- **Exercise brief**:
This exercise calls for the line with "e10 v7 v10 LINE", the line with "v21 (-1.5,11.5,-1)", and all lines between them in the material below, output exactly and with no other lines.

- **Given information**:

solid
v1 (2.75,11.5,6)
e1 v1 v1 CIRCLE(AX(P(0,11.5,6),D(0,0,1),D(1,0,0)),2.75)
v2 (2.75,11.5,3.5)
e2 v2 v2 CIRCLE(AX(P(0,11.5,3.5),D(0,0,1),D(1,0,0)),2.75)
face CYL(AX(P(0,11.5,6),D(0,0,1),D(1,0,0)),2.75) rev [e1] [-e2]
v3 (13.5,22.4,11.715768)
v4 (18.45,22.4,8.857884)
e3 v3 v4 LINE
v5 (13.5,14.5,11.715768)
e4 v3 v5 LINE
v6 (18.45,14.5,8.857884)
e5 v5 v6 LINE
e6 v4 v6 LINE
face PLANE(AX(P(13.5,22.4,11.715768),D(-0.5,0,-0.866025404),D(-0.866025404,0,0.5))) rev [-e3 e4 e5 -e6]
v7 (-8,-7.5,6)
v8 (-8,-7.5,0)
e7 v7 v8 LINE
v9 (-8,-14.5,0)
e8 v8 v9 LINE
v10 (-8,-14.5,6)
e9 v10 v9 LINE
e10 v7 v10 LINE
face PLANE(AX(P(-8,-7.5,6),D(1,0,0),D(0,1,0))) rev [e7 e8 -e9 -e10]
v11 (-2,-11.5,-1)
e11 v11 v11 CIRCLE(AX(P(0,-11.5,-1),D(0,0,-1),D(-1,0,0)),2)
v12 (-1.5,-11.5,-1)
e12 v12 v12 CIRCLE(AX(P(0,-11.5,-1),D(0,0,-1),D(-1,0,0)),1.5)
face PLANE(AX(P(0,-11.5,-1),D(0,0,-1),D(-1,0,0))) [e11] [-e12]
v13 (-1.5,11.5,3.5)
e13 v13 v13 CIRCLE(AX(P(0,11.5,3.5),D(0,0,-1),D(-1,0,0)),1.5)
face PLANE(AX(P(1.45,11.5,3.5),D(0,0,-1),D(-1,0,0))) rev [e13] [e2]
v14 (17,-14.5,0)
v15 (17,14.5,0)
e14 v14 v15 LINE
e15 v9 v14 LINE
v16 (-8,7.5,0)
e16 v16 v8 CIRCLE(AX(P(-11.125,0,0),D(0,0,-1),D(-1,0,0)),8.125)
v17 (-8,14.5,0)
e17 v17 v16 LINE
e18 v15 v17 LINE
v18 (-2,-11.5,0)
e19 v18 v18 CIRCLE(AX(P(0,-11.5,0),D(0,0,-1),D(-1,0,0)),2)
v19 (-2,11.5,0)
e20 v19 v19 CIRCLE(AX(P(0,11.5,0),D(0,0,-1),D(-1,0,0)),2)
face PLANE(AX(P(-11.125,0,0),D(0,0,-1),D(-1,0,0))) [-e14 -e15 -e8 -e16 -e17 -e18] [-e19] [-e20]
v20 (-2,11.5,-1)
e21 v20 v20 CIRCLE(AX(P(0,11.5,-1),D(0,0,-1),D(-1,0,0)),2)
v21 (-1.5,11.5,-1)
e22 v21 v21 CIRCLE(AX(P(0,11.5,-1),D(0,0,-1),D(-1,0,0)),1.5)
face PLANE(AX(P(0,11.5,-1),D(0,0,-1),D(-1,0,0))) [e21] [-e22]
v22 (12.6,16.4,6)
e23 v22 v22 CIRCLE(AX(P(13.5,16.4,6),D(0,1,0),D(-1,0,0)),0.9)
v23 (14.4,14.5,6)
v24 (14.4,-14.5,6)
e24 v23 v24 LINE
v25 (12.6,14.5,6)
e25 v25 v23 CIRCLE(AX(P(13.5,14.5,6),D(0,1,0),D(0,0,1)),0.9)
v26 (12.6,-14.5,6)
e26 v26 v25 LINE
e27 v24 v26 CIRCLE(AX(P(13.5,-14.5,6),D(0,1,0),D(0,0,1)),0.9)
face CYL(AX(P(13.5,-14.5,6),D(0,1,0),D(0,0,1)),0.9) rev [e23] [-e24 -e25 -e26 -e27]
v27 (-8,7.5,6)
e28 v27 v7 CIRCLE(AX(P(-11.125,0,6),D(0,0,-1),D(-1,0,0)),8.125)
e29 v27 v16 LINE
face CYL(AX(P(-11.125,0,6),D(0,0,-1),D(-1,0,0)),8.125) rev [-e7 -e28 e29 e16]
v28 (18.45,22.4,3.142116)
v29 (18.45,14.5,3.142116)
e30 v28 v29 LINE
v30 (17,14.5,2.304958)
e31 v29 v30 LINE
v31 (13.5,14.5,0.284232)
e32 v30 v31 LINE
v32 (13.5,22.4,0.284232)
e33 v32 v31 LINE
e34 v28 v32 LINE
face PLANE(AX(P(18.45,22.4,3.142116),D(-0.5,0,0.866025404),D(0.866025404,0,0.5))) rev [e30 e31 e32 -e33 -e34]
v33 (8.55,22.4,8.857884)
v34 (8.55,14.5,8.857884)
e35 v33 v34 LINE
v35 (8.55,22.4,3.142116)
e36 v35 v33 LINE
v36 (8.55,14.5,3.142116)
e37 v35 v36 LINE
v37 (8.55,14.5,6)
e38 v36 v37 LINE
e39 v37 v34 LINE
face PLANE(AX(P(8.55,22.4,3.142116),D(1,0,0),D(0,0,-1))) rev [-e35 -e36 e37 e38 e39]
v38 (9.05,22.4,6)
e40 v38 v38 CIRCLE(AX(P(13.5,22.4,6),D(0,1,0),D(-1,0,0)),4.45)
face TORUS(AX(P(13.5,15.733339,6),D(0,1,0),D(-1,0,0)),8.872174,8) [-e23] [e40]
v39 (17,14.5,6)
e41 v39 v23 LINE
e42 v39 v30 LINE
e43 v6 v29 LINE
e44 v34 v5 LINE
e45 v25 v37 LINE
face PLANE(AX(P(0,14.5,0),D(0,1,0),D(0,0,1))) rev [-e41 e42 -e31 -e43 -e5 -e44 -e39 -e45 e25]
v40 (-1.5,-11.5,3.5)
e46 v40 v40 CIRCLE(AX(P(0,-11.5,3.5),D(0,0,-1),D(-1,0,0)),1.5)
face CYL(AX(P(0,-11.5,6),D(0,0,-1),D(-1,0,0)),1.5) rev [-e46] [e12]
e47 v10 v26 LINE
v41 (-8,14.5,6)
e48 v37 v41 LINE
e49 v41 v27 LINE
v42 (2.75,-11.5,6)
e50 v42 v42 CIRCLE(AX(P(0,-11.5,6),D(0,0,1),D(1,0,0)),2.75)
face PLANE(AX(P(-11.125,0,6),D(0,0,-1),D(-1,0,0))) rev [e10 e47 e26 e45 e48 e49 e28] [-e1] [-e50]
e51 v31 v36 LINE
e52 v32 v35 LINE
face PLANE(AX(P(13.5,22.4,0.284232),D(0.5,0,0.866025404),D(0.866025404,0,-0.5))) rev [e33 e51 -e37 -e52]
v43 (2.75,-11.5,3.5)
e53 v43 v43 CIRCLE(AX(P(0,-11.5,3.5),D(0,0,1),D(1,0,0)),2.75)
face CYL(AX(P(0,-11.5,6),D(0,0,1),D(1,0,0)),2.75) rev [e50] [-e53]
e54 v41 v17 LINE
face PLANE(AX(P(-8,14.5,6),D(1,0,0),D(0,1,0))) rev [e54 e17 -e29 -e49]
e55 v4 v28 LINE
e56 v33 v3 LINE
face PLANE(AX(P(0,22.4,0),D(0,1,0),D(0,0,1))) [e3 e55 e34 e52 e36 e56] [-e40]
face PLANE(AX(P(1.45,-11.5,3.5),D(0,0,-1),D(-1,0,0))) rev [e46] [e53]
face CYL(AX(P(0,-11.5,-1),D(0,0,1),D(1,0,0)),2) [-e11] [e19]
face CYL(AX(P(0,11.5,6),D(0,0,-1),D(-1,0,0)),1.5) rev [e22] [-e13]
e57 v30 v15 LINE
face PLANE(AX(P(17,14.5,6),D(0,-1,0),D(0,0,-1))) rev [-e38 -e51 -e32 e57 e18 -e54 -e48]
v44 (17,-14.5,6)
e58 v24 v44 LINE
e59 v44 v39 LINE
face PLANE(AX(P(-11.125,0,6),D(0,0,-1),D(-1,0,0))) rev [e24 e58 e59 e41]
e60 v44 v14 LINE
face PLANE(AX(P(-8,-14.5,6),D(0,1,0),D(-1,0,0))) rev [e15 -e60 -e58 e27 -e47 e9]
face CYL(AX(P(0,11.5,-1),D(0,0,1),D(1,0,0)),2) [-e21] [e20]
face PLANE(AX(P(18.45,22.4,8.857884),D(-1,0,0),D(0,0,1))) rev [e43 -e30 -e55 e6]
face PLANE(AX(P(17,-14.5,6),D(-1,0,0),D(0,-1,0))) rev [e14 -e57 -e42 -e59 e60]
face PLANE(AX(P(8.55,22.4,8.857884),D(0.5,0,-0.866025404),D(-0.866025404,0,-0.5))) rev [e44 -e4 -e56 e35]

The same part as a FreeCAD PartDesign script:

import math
import FreeCAD as App
import Part
import Sketcher
Q = App.Units.Quantity

doc = App.newDocument("Part")
body = doc.addObject("PartDesign::Body", "Body")

# Sketch on XY plane
sketch1 = doc.addObject("Sketcher::SketchObject", "Sketch")
body.addObject(sketch1)
sketch1.AttachmentSupport = (doc.XY_Plane, [""])
sketch1.MapMode = "FlatFace"
sketch1.addGeometry([
    Part.LineSegment(App.Vector(17, 14.5, 0), App.Vector(-8, 14.5, 0)),  # 0
    Part.LineSegment(App.Vector(-8, 14.5, 0), App.Vector(-8, 7.5, 0)),  # 1
    Part.ArcOfCircle(Part.Circle(App.Vector(-11.1, 0, 0), App.Vector(0, 0, 1), 8.1), math.radians(-67), math.radians(67)),  # 2
    Part.LineSegment(App.Vector(-8, -7.5, 0), App.Vector(-8, -14.5, 0)),  # 3
    Part.LineSegment(App.Vector(-8, -14.5, 0), App.Vector(17, -14.5, 0)),  # 4
    Part.LineSegment(App.Vector(17, -14.5, 0), App.Vector(17, 14.5, 0)),  # 5
    Part.Circle(App.Vector(0, -11.5, 0), App.Vector(0, 0, 1), 1.5),  # 6
    Part.Circle(App.Vector(0, 11.5, 0), App.Vector(0, 0, 1), 1.5),  # 7
], False)
sketch1.addConstraint([
    Sketcher.Constraint("Coincident", 0, 2, 1, 1),
    Sketcher.Constraint("Coincident", 1, 2, 2, 2),
    Sketcher.Constraint("Coincident", 2, 1, 3, 1),
    Sketcher.Constraint("Coincident", 3, 2, 4, 1),
    Sketcher.Constraint("Coincident", 4, 2, 5, 1),
    Sketcher.Constraint("Coincident", 5, 2, 0, 1),
    Sketcher.Constraint("Horizontal", 0),
    Sketcher.Constraint("Vertical", 1),
    Sketcher.Constraint("Vertical", 3),
    Sketcher.Constraint("Horizontal", 4),
    Sketcher.Constraint("Vertical", 5),
    Sketcher.Constraint("Equal", 6, 7),
    Sketcher.Constraint("Symmetric", 6, 3, 7, 3, -1, 1),
    Sketcher.Constraint("Symmetric", 1, 2, 2, 1, -1),
    Sketcher.Constraint("PointOnObject", 6, 3, -2),
    Sketcher.Constraint("Equal", 1, 3),
    Sketcher.Constraint("Diameter", 6, 3.0),
    Sketcher.Constraint("DistanceX", 0, 2, 0, 1, 25.0),
    Sketcher.Constraint("DistanceY", 1, 2, 1, 1, 7.0),
    Sketcher.Constraint("DistanceY", 5, 1, 5, 2, 29.0),
    Sketcher.Constraint("DistanceX", 0, 2, -1, 1, 8.0),
    Sketcher.Constraint("Radius", 2, 8.125),
    Sketcher.Constraint("DistanceY", 6, 3, 7, 3, 23.0),
])
pad1 = doc.addObject("PartDesign::Pad", "Pad")
body.addObject(pad1)
pad1.Profile = sketch1
pad1.Length = 6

- **Answer space**:
e10 v7 v10 LINE
face PLANE(AX(P(-8,-7.5,6),D(1,0,0),D(0,1,0))) rev [e7 e8 -e9 -e10]
v11 (-2,-11.5,-1)
e11 v11 v11 CIRCLE(AX(P(0,-11.5,-1),D(0,0,-1),D(-1,0,0)),2)
v12 (-1.5,-11.5,-1)
e12 v12 v12 CIRCLE(AX(P(0,-11.5,-1),D(0,0,-1),D(-1,0,0)),1.5)
face PLANE(AX(P(0,-11.5,-1),D(0,0,-1),D(-1,0,0))) [e11] [-e12]
v13 (-1.5,11.5,3.5)
e13 v13 v13 CIRCLE(AX(P(0,11.5,3.5),D(0,0,-1),D(-1,0,0)),1.5)
face PLANE(AX(P(1.45,11.5,3.5),D(0,0,-1),D(-1,0,0))) rev [e13] [e2]
v14 (17,-14.5,0)
v15 (17,14.5,0)
e14 v14 v15 LINE
e15 v9 v14 LINE
v16 (-8,7.5,0)
e16 v16 v8 CIRCLE(AX(P(-11.125,0,0),D(0,0,-1),D(-1,0,0)),8.125)
v17 (-8,14.5,0)
e17 v17 v16 LINE
e18 v15 v17 LINE
v18 (-2,-11.5,0)
e19 v18 v18 CIRCLE(AX(P(0,-11.5,0),D(0,0,-1),D(-1,0,0)),2)
v19 (-2,11.5,0)
e20 v19 v19 CIRCLE(AX(P(0,11.5,0),D(0,0,-1),D(-1,0,0)),2)
face PLANE(AX(P(-11.125,0,0),D(0,0,-1),D(-1,0,0))) [-e14 -e15 -e8 -e16 -e17 -e18] [-e19] [-e20]
v20 (-2,11.5,-1)
e21 v20 v20 CIRCLE(AX(P(0,11.5,-1),D(0,0,-1),D(-1,0,0)),2)
v21 (-1.5,11.5,-1)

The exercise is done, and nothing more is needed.